[What is expected] Could you copy every line of the data that contains "Mode"?

· · · ·

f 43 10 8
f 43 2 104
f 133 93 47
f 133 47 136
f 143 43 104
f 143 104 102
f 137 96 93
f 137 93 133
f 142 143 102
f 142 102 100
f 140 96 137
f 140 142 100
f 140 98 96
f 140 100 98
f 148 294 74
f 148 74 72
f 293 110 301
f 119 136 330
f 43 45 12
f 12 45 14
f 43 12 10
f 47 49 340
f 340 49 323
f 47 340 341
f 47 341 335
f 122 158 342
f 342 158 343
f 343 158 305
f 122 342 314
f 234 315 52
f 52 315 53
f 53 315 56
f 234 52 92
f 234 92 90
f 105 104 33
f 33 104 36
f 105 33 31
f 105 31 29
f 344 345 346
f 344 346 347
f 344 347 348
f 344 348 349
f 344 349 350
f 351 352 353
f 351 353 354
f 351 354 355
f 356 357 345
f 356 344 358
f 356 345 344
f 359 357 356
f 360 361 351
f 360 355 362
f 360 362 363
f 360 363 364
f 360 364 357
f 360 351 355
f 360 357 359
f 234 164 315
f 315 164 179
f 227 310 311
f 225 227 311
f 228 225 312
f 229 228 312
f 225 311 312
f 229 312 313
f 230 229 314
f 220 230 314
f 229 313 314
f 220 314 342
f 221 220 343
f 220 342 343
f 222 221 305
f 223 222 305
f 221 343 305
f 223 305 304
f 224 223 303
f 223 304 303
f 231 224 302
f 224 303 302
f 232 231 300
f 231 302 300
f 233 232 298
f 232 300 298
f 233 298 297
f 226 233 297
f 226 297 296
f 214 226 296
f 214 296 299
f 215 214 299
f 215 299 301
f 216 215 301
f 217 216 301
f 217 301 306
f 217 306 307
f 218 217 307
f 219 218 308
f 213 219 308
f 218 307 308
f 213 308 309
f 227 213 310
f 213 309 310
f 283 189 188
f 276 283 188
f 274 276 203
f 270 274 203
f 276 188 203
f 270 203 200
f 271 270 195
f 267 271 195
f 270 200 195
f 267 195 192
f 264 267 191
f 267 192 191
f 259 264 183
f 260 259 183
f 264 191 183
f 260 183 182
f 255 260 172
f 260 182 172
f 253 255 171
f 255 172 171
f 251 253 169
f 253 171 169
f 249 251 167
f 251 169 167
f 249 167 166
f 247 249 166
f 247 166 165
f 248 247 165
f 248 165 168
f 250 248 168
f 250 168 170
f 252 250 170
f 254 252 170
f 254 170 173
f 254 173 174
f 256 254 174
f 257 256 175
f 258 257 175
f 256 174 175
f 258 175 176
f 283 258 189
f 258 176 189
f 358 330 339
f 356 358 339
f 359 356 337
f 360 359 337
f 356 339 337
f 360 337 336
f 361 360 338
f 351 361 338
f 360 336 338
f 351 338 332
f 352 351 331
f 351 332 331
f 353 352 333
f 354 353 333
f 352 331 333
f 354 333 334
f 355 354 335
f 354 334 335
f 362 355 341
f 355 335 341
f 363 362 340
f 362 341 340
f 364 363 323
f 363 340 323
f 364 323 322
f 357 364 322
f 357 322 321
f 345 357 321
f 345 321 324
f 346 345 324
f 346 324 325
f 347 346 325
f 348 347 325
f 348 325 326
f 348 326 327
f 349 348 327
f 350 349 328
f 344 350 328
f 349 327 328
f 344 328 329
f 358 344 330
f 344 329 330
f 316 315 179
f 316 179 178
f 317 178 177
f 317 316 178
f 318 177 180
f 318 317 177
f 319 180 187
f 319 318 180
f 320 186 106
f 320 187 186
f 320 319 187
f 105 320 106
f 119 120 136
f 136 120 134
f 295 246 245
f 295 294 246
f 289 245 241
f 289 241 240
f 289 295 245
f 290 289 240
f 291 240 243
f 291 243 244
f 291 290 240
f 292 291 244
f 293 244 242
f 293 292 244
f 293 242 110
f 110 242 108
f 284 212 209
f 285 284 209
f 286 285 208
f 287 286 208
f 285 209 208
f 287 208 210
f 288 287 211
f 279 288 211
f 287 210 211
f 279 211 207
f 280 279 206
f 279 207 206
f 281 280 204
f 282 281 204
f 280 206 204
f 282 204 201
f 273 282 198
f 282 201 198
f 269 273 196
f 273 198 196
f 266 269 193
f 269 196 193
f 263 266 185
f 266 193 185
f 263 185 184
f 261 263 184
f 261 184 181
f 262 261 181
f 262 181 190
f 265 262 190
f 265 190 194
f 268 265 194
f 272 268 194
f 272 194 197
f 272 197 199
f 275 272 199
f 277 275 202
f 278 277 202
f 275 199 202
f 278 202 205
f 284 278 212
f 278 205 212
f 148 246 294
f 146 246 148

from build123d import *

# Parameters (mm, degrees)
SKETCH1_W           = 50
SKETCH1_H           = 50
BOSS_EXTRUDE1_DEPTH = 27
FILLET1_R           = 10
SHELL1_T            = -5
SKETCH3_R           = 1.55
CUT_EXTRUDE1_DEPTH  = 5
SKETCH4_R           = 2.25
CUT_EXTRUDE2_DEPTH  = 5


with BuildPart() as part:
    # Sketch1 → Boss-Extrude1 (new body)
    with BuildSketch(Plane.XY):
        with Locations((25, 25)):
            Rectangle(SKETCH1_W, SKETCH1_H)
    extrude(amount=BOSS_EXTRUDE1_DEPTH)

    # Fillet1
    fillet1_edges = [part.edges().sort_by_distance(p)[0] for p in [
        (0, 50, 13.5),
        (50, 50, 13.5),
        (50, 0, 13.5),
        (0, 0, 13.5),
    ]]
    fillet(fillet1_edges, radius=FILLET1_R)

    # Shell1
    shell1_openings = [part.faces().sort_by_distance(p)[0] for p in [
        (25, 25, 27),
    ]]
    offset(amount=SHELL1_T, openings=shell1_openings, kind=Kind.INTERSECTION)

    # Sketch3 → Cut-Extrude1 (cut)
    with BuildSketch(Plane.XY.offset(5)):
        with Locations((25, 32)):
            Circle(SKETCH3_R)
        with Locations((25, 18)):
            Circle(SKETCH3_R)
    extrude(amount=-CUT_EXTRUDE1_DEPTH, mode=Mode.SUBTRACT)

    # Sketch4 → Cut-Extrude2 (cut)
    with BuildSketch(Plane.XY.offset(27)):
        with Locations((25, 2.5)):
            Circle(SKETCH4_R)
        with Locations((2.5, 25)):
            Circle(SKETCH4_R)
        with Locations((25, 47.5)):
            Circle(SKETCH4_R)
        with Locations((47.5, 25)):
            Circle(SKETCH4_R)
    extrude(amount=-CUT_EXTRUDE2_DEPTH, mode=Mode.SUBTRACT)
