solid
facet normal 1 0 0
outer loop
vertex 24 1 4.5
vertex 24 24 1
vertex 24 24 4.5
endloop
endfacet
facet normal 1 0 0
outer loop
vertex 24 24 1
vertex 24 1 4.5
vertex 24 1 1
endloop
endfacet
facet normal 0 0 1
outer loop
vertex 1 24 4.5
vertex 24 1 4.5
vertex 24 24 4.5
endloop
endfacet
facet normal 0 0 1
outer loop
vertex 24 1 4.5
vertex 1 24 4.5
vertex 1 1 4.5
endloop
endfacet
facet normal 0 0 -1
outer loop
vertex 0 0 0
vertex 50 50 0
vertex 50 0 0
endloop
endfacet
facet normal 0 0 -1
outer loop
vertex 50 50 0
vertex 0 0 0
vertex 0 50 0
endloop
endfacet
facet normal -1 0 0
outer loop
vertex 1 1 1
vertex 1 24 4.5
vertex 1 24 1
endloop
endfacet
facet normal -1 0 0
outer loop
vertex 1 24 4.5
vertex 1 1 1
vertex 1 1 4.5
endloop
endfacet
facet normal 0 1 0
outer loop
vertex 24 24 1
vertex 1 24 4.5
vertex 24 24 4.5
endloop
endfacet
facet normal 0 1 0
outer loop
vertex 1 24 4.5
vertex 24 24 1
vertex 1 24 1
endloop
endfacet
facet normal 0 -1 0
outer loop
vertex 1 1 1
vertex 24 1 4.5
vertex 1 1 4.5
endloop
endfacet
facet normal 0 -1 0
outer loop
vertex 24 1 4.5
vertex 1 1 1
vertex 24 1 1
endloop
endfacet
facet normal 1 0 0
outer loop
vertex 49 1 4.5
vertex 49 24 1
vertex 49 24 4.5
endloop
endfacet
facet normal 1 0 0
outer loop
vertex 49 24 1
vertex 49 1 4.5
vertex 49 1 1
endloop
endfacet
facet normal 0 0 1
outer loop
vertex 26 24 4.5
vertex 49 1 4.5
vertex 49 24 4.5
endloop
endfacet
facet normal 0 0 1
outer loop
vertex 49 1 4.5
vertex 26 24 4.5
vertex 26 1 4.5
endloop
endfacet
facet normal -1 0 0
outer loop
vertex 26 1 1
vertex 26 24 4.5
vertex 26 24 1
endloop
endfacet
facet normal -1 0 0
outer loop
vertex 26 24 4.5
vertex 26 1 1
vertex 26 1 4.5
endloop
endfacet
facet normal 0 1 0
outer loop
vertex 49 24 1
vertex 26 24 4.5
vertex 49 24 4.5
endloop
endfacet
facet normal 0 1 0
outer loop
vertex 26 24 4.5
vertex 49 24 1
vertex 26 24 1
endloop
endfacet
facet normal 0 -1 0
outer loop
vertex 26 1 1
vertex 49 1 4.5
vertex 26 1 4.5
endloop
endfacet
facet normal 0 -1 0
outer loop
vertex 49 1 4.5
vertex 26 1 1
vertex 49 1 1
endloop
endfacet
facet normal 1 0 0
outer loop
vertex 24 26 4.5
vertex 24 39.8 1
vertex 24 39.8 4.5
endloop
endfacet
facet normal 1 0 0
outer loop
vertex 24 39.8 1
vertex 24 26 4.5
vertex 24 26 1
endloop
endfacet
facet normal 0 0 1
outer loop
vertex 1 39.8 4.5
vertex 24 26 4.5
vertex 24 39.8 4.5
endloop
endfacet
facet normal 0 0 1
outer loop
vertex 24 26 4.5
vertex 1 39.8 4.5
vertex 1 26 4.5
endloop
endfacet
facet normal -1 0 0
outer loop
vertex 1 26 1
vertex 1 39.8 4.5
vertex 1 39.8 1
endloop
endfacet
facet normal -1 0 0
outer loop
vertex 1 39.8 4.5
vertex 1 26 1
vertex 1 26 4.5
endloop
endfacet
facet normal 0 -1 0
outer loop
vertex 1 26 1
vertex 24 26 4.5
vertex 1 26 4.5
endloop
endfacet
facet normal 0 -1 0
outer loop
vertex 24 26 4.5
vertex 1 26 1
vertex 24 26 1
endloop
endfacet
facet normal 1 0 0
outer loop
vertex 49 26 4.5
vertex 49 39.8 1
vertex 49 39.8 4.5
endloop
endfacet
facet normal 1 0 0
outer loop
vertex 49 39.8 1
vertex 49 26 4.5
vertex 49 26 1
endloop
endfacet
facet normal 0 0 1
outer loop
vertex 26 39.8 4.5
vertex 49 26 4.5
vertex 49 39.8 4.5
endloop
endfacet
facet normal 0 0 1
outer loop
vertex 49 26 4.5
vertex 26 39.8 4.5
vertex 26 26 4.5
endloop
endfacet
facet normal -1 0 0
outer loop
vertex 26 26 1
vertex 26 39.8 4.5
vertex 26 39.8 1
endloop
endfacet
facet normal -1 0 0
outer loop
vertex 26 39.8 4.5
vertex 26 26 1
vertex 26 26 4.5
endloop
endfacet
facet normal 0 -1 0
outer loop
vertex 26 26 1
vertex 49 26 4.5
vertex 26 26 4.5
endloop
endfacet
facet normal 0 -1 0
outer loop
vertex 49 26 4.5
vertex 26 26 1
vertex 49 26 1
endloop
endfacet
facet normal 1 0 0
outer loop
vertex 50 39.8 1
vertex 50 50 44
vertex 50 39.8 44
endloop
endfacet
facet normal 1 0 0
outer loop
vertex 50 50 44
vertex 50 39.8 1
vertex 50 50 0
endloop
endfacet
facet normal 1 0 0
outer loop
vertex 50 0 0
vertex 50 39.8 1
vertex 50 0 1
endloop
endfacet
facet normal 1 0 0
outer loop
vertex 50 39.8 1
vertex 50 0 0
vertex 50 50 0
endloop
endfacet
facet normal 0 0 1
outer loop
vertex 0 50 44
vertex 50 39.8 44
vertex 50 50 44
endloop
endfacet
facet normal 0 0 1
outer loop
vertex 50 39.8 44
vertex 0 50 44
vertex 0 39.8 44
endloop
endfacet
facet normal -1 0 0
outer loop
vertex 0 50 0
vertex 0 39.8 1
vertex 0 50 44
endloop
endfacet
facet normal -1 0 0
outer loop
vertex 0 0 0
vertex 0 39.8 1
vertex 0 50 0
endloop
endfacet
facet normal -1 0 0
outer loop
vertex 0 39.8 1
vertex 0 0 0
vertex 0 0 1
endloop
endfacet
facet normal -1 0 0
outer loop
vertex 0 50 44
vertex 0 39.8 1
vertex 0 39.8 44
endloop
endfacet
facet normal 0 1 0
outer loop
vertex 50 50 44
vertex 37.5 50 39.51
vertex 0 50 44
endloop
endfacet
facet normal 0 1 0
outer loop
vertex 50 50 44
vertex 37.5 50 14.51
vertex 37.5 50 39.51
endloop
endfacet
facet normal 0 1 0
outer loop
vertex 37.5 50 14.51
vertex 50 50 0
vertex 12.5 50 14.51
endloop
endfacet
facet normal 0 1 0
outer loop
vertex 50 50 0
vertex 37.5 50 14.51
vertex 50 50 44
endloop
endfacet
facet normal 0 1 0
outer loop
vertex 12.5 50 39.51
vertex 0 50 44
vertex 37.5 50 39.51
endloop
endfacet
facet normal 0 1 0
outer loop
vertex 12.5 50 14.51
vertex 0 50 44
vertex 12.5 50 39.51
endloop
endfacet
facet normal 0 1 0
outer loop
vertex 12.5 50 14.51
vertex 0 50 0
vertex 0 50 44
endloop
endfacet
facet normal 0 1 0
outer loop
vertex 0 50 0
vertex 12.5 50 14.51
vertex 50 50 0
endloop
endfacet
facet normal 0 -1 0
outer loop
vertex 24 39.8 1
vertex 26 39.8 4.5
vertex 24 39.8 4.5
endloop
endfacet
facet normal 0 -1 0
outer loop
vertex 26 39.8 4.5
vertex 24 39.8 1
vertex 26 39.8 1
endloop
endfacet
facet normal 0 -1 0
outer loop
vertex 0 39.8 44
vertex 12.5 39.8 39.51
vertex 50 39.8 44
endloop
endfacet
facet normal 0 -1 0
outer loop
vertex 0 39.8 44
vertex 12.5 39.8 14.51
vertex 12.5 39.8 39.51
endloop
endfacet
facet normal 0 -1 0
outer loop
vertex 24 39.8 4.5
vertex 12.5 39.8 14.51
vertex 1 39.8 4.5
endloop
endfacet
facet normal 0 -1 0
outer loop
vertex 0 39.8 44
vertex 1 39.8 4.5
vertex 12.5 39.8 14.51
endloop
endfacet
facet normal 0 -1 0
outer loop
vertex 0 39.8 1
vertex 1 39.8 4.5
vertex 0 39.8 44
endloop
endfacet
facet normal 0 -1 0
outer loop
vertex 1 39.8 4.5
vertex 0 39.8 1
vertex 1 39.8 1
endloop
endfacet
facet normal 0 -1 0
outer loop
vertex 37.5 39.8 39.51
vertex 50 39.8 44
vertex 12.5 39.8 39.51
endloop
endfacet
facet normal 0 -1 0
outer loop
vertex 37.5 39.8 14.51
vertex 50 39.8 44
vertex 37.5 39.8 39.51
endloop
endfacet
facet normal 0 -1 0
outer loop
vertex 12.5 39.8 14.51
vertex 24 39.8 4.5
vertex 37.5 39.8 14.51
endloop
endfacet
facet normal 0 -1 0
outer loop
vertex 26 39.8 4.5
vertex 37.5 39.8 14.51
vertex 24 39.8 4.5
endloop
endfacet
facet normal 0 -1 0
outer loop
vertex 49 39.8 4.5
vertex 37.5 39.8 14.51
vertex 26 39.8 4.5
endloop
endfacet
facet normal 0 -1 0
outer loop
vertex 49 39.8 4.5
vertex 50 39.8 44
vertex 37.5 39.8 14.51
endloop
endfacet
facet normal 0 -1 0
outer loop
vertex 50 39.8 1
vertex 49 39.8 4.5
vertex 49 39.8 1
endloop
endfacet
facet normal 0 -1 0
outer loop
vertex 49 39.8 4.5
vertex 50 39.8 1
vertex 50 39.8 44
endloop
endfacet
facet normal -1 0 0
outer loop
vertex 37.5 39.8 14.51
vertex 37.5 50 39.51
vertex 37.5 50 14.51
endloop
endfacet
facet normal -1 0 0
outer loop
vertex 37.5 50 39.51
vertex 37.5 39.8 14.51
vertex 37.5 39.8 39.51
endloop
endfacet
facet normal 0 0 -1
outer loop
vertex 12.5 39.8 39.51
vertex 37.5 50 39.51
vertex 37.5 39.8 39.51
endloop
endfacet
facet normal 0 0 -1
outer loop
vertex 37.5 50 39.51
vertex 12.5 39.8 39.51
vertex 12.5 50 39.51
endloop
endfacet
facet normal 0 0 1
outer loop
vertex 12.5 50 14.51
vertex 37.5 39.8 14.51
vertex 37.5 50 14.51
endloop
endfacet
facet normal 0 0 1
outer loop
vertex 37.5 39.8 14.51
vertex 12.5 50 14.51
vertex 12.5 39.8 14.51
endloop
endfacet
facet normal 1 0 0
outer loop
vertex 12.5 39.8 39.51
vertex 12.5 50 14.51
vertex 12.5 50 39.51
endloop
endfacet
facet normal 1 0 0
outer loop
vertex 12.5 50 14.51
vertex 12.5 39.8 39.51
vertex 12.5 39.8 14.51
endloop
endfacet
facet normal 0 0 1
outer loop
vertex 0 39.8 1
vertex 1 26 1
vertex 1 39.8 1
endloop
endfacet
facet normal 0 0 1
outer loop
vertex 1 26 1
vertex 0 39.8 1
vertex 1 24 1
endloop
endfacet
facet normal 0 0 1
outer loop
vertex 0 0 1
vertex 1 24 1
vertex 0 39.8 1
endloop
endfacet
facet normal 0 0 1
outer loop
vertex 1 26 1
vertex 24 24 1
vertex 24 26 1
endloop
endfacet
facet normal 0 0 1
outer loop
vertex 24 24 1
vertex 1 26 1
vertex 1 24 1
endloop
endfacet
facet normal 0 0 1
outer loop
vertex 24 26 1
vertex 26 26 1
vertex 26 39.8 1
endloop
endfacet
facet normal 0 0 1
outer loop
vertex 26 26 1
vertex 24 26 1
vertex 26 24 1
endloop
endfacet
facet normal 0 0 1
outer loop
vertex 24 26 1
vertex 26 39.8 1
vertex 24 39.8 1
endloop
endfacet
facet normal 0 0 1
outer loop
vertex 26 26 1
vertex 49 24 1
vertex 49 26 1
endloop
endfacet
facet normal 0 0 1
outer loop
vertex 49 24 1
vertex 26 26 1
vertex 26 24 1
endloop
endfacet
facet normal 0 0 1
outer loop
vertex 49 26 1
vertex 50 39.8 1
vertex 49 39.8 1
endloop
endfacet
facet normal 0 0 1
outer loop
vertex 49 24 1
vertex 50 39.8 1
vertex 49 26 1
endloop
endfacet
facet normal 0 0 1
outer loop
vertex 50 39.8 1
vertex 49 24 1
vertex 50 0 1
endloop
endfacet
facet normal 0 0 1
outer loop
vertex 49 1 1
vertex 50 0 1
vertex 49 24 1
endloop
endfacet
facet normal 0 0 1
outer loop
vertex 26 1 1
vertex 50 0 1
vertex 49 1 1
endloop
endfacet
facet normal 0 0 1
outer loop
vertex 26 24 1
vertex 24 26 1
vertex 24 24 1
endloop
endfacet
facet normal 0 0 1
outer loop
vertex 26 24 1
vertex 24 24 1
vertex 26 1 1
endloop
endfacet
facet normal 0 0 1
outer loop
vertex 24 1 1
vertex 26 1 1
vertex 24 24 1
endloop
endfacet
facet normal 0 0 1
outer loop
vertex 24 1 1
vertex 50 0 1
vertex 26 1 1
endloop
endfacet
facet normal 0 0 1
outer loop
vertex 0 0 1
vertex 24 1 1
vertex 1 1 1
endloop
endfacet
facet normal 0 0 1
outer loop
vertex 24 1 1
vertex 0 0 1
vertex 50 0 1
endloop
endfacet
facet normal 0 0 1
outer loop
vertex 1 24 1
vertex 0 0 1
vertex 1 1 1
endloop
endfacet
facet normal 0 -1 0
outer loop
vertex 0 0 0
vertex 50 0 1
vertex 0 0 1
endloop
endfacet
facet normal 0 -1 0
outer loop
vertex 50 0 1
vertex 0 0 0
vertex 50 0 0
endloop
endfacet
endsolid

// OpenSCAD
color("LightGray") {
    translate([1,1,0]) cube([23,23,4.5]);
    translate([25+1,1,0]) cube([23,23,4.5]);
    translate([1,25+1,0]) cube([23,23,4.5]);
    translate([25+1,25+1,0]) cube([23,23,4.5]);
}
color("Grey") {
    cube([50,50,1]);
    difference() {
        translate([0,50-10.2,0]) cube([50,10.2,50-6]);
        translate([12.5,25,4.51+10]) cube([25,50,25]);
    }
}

· · · ·

[Exercise solution]
    extrude(amount=-CUT_EXTRUDE1_DEPTH, mode=Mode.SUBTRACT)
    extrude(amount=-CUT_EXTRUDE2_DEPTH, mode=Mode.SUBTRACT)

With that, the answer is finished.